# Your assignment
In the records that follow, find the line with "#165=ADVANCED_FACE('',(#160,#163),#164,.T.);"; from there, retype every line exactly through the line with "#200=EDGE_LOOP('',(#199));", which also belongs to the answer.

[Given data — start]

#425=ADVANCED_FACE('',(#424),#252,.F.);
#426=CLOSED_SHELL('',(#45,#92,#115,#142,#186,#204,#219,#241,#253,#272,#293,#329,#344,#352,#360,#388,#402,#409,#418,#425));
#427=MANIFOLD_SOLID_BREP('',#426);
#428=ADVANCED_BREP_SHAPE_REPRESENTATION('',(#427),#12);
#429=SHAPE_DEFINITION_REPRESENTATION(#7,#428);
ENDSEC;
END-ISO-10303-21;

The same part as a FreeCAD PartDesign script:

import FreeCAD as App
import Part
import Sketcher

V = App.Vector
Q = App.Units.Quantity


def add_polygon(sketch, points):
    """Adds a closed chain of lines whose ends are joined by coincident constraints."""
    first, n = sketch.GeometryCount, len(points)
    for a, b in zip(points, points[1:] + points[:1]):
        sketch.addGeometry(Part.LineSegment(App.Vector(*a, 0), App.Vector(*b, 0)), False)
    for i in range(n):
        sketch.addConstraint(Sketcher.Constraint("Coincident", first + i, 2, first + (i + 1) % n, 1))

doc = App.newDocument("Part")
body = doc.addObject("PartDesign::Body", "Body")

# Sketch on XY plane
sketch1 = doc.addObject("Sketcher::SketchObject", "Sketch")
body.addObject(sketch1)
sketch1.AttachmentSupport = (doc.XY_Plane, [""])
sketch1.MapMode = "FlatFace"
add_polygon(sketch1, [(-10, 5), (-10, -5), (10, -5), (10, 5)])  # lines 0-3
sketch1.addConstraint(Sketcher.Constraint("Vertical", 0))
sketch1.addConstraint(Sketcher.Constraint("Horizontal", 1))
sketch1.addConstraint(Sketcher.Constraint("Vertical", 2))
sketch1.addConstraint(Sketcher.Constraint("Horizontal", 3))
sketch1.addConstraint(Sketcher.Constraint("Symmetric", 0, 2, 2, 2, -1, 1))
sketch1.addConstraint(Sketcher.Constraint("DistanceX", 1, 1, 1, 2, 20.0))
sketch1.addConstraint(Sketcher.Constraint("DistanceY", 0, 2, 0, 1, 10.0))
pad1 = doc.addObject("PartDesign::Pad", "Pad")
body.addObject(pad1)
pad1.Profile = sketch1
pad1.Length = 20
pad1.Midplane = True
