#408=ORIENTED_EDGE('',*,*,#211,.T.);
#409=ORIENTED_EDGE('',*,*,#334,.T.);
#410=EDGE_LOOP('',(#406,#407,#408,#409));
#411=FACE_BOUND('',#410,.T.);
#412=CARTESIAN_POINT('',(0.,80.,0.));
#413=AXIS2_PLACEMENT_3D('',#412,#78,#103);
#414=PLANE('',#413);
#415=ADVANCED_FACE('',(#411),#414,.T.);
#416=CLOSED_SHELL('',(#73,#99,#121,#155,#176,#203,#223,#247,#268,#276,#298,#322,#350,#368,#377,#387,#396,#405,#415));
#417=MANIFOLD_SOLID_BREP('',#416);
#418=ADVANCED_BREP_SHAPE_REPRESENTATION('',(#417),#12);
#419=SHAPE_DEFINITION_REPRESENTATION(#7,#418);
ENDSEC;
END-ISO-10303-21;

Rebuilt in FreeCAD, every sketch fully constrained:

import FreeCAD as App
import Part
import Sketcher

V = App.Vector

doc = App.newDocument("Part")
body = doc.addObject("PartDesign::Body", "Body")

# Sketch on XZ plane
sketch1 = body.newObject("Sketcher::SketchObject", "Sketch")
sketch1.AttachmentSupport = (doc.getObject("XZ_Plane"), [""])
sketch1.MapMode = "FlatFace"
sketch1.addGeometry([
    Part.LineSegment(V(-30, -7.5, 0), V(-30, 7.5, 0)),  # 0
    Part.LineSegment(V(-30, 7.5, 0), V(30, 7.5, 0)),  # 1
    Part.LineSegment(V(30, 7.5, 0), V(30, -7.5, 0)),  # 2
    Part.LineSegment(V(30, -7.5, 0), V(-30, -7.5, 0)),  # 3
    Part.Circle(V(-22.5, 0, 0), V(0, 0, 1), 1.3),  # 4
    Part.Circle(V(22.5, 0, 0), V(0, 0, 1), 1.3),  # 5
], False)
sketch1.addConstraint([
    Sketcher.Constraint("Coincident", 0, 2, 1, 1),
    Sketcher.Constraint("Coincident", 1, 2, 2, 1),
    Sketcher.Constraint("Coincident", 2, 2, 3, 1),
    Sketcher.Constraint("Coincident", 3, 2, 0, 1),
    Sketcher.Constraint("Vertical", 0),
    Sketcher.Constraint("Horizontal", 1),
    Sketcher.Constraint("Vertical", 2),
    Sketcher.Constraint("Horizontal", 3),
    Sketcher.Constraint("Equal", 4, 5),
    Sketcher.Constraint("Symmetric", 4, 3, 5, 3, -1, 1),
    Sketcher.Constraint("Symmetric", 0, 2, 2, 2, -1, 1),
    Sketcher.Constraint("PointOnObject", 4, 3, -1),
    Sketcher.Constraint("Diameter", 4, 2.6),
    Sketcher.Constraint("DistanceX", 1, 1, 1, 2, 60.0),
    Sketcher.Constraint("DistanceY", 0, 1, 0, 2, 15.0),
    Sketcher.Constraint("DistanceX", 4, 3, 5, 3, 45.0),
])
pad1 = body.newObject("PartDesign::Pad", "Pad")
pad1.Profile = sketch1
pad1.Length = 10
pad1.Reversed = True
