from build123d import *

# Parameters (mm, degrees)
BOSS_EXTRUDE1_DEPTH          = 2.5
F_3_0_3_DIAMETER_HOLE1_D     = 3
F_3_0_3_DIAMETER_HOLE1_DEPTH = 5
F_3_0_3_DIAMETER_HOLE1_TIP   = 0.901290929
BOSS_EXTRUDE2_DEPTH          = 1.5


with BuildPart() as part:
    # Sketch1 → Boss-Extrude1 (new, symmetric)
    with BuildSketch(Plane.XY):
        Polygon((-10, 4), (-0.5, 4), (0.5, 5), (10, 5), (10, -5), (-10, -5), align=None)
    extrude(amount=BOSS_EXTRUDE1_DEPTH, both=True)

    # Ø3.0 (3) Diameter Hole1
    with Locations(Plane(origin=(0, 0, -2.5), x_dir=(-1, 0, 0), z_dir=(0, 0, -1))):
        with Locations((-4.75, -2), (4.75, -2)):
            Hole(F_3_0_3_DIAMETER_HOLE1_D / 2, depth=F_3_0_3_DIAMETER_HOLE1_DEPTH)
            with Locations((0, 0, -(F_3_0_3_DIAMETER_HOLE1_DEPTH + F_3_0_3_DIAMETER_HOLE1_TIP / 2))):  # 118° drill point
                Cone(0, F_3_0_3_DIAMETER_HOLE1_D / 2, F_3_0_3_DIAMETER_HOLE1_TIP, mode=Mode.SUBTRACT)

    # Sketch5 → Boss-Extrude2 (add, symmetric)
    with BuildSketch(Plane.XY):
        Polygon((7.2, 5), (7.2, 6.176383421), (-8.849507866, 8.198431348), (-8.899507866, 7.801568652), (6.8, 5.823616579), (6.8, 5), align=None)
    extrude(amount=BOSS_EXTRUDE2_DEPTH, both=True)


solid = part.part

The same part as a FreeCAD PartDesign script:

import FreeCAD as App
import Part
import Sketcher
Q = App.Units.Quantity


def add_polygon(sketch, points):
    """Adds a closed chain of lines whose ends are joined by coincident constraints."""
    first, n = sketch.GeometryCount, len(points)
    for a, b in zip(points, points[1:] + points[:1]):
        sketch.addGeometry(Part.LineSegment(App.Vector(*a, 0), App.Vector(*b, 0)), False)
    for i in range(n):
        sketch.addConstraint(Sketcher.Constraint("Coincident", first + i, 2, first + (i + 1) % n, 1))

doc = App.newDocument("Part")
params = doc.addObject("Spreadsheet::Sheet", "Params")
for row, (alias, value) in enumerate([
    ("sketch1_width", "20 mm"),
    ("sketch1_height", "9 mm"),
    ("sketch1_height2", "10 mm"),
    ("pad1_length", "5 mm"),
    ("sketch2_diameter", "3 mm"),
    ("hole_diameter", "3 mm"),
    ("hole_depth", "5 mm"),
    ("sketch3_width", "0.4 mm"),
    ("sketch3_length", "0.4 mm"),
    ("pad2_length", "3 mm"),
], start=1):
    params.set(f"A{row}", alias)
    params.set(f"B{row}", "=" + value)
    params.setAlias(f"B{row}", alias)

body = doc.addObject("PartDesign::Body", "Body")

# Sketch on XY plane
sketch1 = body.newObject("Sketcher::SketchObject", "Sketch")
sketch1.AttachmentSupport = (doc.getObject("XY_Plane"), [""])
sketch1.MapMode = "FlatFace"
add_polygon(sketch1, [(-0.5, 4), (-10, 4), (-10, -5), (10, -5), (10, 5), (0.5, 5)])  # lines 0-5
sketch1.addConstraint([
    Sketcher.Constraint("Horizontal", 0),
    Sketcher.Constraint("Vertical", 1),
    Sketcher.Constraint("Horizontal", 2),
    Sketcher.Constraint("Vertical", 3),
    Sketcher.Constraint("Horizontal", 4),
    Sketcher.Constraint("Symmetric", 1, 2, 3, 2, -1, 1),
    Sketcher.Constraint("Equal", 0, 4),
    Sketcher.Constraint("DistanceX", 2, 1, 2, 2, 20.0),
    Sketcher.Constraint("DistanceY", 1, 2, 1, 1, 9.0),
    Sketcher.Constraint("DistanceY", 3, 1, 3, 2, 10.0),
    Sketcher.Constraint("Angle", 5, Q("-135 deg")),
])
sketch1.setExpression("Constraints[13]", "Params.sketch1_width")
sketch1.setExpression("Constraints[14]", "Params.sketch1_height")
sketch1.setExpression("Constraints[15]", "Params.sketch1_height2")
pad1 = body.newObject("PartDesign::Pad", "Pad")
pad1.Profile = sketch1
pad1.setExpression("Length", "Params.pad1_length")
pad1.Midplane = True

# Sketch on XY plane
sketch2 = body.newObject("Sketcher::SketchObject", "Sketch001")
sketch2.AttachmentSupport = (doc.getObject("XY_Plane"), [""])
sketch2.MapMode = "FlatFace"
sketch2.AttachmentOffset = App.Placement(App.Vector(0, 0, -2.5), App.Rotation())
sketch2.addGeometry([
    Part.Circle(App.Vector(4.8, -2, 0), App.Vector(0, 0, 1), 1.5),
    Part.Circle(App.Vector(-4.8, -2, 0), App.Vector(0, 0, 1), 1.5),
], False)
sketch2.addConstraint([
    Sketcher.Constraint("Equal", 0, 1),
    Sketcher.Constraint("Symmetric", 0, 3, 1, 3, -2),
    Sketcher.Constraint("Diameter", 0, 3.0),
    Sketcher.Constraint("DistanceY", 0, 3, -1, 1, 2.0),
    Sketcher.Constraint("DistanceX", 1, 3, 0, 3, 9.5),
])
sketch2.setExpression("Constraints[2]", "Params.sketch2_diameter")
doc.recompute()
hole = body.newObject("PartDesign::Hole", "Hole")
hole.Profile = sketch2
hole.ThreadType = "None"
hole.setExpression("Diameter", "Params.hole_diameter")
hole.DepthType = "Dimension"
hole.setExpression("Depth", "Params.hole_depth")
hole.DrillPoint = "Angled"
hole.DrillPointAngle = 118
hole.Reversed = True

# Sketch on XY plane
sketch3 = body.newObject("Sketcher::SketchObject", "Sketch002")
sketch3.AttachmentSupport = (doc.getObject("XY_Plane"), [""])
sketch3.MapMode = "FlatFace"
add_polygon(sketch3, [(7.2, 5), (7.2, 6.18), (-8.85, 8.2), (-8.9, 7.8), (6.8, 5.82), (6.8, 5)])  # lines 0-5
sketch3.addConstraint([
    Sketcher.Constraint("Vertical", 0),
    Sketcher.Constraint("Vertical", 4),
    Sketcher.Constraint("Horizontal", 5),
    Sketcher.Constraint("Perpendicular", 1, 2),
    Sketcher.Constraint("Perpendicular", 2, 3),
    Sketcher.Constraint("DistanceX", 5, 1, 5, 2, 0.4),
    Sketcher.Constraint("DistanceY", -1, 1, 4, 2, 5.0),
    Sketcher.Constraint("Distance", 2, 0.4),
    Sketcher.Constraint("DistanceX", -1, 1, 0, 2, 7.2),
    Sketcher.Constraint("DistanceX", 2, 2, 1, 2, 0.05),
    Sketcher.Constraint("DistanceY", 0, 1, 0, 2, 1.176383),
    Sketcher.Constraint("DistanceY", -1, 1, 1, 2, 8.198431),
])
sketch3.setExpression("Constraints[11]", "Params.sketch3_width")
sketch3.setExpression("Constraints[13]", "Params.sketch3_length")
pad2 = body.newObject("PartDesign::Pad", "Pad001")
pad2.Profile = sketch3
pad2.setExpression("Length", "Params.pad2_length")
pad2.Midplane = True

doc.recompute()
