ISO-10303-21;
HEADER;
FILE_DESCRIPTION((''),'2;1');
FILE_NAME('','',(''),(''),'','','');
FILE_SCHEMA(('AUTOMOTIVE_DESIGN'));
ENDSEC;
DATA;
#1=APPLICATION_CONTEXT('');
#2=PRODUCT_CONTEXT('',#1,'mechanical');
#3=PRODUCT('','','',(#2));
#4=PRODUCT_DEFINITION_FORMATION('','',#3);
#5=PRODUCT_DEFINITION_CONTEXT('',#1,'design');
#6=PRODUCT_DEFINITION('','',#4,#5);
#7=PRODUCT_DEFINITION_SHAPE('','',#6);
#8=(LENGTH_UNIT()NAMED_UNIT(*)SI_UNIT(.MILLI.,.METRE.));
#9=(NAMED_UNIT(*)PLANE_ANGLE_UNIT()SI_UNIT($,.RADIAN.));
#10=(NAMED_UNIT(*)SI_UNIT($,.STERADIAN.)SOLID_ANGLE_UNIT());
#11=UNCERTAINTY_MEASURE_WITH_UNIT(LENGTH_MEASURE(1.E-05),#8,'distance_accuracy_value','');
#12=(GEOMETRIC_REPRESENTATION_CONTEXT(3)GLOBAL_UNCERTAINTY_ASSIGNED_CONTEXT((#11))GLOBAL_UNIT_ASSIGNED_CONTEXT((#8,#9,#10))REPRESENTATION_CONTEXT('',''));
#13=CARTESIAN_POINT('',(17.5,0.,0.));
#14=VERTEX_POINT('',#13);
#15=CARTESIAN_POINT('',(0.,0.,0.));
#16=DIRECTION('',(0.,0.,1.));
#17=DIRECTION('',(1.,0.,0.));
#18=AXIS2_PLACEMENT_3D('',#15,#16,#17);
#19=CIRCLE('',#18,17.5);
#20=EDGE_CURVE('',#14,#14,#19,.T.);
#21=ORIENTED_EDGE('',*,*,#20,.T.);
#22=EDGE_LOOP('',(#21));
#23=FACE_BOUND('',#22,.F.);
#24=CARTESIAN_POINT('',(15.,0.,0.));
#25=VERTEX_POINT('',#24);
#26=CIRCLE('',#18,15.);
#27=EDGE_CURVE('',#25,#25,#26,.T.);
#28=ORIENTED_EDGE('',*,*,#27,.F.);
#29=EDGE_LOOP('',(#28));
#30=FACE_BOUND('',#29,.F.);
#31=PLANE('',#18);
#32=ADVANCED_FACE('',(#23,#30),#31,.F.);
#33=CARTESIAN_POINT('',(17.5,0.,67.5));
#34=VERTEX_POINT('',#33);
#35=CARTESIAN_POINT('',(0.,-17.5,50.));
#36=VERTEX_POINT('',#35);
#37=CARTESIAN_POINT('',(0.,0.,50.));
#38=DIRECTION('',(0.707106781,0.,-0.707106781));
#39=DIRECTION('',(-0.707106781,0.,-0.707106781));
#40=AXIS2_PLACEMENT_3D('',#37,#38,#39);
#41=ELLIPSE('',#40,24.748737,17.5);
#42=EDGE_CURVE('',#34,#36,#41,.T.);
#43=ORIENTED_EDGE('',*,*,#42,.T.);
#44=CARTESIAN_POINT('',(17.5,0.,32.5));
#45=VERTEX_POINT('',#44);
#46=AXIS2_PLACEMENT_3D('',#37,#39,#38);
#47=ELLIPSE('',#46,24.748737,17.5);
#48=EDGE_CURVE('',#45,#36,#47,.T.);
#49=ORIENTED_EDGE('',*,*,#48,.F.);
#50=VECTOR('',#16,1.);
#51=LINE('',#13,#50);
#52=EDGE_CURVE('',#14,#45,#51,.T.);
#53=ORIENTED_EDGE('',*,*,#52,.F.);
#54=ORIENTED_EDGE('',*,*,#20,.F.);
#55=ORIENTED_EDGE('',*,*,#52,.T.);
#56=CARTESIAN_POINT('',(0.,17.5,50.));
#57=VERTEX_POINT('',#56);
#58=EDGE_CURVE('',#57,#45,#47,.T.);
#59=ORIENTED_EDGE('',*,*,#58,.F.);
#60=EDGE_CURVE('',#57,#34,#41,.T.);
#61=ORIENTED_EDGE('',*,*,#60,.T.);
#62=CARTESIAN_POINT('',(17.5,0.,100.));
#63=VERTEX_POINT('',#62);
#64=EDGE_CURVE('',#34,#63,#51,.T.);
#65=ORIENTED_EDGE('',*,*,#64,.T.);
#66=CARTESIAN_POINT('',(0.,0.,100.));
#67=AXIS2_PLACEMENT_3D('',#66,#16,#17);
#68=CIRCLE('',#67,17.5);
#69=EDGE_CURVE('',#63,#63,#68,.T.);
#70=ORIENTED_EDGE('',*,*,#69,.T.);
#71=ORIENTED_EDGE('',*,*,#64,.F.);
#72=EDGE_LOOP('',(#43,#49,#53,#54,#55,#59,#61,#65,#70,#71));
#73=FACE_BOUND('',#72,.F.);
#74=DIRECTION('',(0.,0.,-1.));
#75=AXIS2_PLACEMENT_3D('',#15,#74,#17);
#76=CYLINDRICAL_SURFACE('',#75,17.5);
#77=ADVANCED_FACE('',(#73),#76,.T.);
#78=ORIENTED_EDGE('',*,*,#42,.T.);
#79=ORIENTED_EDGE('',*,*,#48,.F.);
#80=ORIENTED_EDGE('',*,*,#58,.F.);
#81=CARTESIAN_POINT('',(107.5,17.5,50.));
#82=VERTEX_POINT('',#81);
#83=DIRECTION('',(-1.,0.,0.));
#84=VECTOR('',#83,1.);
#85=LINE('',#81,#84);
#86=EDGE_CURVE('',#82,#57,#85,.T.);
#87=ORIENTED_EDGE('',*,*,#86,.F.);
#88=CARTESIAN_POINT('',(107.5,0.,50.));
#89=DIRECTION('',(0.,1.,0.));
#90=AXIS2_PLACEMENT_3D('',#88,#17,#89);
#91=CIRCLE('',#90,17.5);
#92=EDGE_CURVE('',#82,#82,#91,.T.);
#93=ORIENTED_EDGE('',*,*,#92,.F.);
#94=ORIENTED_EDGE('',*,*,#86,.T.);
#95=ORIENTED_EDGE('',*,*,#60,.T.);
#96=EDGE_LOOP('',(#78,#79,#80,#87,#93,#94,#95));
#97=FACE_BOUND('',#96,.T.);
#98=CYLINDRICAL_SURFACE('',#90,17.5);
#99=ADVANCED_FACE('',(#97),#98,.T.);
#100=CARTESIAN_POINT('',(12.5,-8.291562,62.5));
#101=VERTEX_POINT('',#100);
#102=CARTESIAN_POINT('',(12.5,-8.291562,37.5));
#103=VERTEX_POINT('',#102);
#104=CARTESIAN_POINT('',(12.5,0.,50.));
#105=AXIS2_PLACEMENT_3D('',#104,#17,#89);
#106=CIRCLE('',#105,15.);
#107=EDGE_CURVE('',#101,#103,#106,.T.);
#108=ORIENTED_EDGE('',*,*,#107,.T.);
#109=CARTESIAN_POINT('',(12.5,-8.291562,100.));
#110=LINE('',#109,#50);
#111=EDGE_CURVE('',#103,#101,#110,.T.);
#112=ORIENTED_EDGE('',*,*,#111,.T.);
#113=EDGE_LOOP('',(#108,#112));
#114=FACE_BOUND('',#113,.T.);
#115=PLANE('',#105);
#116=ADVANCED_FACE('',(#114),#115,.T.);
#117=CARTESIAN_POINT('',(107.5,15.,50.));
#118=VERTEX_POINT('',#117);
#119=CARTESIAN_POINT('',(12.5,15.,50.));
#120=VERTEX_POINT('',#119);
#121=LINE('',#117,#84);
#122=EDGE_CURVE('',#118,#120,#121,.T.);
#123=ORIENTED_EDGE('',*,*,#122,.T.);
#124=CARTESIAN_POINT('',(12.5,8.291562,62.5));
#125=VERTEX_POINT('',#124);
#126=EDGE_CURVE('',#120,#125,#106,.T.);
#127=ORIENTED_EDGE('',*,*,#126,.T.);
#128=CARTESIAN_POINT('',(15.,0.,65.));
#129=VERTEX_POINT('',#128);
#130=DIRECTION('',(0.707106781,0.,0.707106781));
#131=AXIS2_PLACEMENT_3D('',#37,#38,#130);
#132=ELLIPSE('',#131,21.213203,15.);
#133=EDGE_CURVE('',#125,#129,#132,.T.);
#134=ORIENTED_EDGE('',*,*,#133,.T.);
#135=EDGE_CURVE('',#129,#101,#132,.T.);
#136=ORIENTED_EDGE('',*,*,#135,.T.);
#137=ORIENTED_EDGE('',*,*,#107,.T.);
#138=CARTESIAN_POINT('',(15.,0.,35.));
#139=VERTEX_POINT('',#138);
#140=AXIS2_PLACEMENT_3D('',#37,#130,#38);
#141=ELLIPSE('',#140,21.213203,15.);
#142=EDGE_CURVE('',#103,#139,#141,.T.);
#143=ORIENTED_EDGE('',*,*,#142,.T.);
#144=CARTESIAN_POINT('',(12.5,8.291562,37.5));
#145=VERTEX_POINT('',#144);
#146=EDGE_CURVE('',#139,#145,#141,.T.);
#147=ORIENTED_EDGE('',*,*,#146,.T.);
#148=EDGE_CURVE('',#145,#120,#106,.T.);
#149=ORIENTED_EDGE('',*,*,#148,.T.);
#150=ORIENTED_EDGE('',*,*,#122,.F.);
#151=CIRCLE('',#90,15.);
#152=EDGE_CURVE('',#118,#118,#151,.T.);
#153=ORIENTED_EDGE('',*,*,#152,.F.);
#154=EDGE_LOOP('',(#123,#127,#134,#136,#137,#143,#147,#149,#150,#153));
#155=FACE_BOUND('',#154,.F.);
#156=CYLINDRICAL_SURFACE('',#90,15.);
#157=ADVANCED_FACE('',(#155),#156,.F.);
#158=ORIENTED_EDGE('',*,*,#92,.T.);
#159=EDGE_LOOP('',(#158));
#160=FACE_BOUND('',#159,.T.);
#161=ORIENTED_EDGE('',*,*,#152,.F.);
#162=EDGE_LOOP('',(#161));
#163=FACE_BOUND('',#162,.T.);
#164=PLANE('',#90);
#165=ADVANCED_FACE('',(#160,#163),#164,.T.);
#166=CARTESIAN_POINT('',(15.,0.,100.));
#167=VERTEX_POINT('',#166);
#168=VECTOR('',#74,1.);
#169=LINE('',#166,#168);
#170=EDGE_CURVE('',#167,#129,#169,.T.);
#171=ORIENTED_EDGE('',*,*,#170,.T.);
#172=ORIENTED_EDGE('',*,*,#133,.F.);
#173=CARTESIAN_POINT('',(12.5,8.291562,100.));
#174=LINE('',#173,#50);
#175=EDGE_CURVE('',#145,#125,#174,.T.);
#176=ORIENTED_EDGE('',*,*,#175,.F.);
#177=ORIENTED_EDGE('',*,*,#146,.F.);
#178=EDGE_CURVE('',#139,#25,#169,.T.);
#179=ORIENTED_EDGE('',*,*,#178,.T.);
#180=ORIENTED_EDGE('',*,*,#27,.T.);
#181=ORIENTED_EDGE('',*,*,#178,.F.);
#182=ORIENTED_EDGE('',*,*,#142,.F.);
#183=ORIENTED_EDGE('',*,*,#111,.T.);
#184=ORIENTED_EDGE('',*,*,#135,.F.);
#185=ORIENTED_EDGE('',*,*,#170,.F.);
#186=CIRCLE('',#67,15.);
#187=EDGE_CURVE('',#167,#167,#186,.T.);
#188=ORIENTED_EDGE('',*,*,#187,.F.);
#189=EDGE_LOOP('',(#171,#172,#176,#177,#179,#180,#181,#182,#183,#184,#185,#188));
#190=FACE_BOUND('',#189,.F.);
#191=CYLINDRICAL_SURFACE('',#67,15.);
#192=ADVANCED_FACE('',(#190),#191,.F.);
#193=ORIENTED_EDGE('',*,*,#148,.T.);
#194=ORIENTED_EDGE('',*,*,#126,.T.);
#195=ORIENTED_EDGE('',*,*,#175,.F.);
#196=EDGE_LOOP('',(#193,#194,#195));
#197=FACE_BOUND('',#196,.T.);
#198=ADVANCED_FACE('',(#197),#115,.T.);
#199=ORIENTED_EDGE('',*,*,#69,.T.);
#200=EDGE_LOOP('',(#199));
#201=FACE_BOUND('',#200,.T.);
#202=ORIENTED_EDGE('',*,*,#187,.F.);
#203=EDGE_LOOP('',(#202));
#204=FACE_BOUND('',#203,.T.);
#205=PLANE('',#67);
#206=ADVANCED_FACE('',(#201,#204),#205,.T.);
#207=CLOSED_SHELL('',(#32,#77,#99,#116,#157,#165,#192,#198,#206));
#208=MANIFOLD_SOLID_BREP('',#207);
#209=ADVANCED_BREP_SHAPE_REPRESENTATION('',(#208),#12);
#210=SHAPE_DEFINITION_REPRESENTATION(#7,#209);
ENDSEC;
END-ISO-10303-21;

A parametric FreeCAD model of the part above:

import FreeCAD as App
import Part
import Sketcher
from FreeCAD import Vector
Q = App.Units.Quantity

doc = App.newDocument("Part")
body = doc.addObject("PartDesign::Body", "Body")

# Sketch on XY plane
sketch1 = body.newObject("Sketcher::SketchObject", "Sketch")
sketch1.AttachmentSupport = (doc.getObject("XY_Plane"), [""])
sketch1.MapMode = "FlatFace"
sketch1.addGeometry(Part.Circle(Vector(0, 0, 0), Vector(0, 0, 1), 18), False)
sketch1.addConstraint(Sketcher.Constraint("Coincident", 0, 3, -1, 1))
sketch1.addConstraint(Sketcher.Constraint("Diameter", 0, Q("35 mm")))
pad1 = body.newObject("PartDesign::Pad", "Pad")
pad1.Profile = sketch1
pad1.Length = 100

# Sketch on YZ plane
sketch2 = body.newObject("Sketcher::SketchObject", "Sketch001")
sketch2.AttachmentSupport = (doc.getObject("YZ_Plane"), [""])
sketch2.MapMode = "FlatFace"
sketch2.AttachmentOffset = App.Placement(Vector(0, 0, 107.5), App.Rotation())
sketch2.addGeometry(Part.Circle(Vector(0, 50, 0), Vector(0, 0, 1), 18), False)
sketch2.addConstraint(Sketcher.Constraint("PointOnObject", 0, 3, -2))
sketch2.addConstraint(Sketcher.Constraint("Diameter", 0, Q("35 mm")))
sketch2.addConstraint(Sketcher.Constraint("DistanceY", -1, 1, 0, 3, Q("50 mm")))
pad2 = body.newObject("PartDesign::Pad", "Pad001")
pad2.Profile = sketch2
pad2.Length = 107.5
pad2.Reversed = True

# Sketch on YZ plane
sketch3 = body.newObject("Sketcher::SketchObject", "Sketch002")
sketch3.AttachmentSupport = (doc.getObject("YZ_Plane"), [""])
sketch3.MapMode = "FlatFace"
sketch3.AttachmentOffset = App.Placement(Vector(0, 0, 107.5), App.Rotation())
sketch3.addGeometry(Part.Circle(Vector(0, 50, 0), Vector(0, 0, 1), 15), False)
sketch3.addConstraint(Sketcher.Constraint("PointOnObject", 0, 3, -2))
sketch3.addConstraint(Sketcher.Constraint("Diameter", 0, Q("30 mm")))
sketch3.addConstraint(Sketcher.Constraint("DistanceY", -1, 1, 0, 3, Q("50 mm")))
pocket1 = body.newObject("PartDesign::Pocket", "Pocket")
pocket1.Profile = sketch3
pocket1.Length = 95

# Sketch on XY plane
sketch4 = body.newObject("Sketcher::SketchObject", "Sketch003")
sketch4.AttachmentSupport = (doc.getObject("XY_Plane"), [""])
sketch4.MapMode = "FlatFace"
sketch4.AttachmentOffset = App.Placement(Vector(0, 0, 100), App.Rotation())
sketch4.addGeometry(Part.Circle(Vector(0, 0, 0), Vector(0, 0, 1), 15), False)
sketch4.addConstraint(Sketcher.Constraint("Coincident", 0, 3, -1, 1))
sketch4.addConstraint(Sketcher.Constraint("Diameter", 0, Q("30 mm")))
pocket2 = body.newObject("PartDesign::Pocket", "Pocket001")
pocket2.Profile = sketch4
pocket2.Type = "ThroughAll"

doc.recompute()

[Given data — finish]

# Exercise solution
#165=ADVANCED_FACE('',(#160,#163),#164,.T.);
#166=CARTESIAN_POINT('',(15.,0.,100.));
#167=VERTEX_POINT('',#166);
#168=VECTOR('',#74,1.);
#169=LINE('',#166,#168);
#170=EDGE_CURVE('',#167,#129,#169,.T.);
#171=ORIENTED_EDGE('',*,*,#170,.T.);
#172=ORIENTED_EDGE('',*,*,#133,.F.);
#173=CARTESIAN_POINT('',(12.5,8.291562,100.));
#174=LINE('',#173,#50);
#175=EDGE_CURVE('',#145,#125,#174,.T.);
#176=ORIENTED_EDGE('',*,*,#175,.F.);
#177=ORIENTED_EDGE('',*,*,#146,.F.);
#178=EDGE_CURVE('',#139,#25,#169,.T.);
#179=ORIENTED_EDGE('',*,*,#178,.T.);
#180=ORIENTED_EDGE('',*,*,#27,.T.);
#181=ORIENTED_EDGE('',*,*,#178,.F.);
#182=ORIENTED_EDGE('',*,*,#142,.F.);
#183=ORIENTED_EDGE('',*,*,#111,.T.);
#184=ORIENTED_EDGE('',*,*,#135,.F.);
#185=ORIENTED_EDGE('',*,*,#170,.F.);
#186=CIRCLE('',#67,15.);
#187=EDGE_CURVE('',#167,#167,#186,.T.);
#188=ORIENTED_EDGE('',*,*,#187,.F.);
#189=EDGE_LOOP('',(#171,#172,#176,#177,#179,#180,#181,#182,#183,#184,#185,#188));
#190=FACE_BOUND('',#189,.F.);
#191=CYLINDRICAL_SURFACE('',#67,15.);
#192=ADVANCED_FACE('',(#190),#191,.F.);
#193=ORIENTED_EDGE('',*,*,#148,.T.);
#194=ORIENTED_EDGE('',*,*,#126,.T.);
#195=ORIENTED_EDGE('',*,*,#175,.F.);
#196=EDGE_LOOP('',(#193,#194,#195));
#197=FACE_BOUND('',#196,.T.);
#198=ADVANCED_FACE('',(#197),#115,.T.);
#199=ORIENTED_EDGE('',*,*,#69,.T.);
#200=EDGE_LOOP('',(#199));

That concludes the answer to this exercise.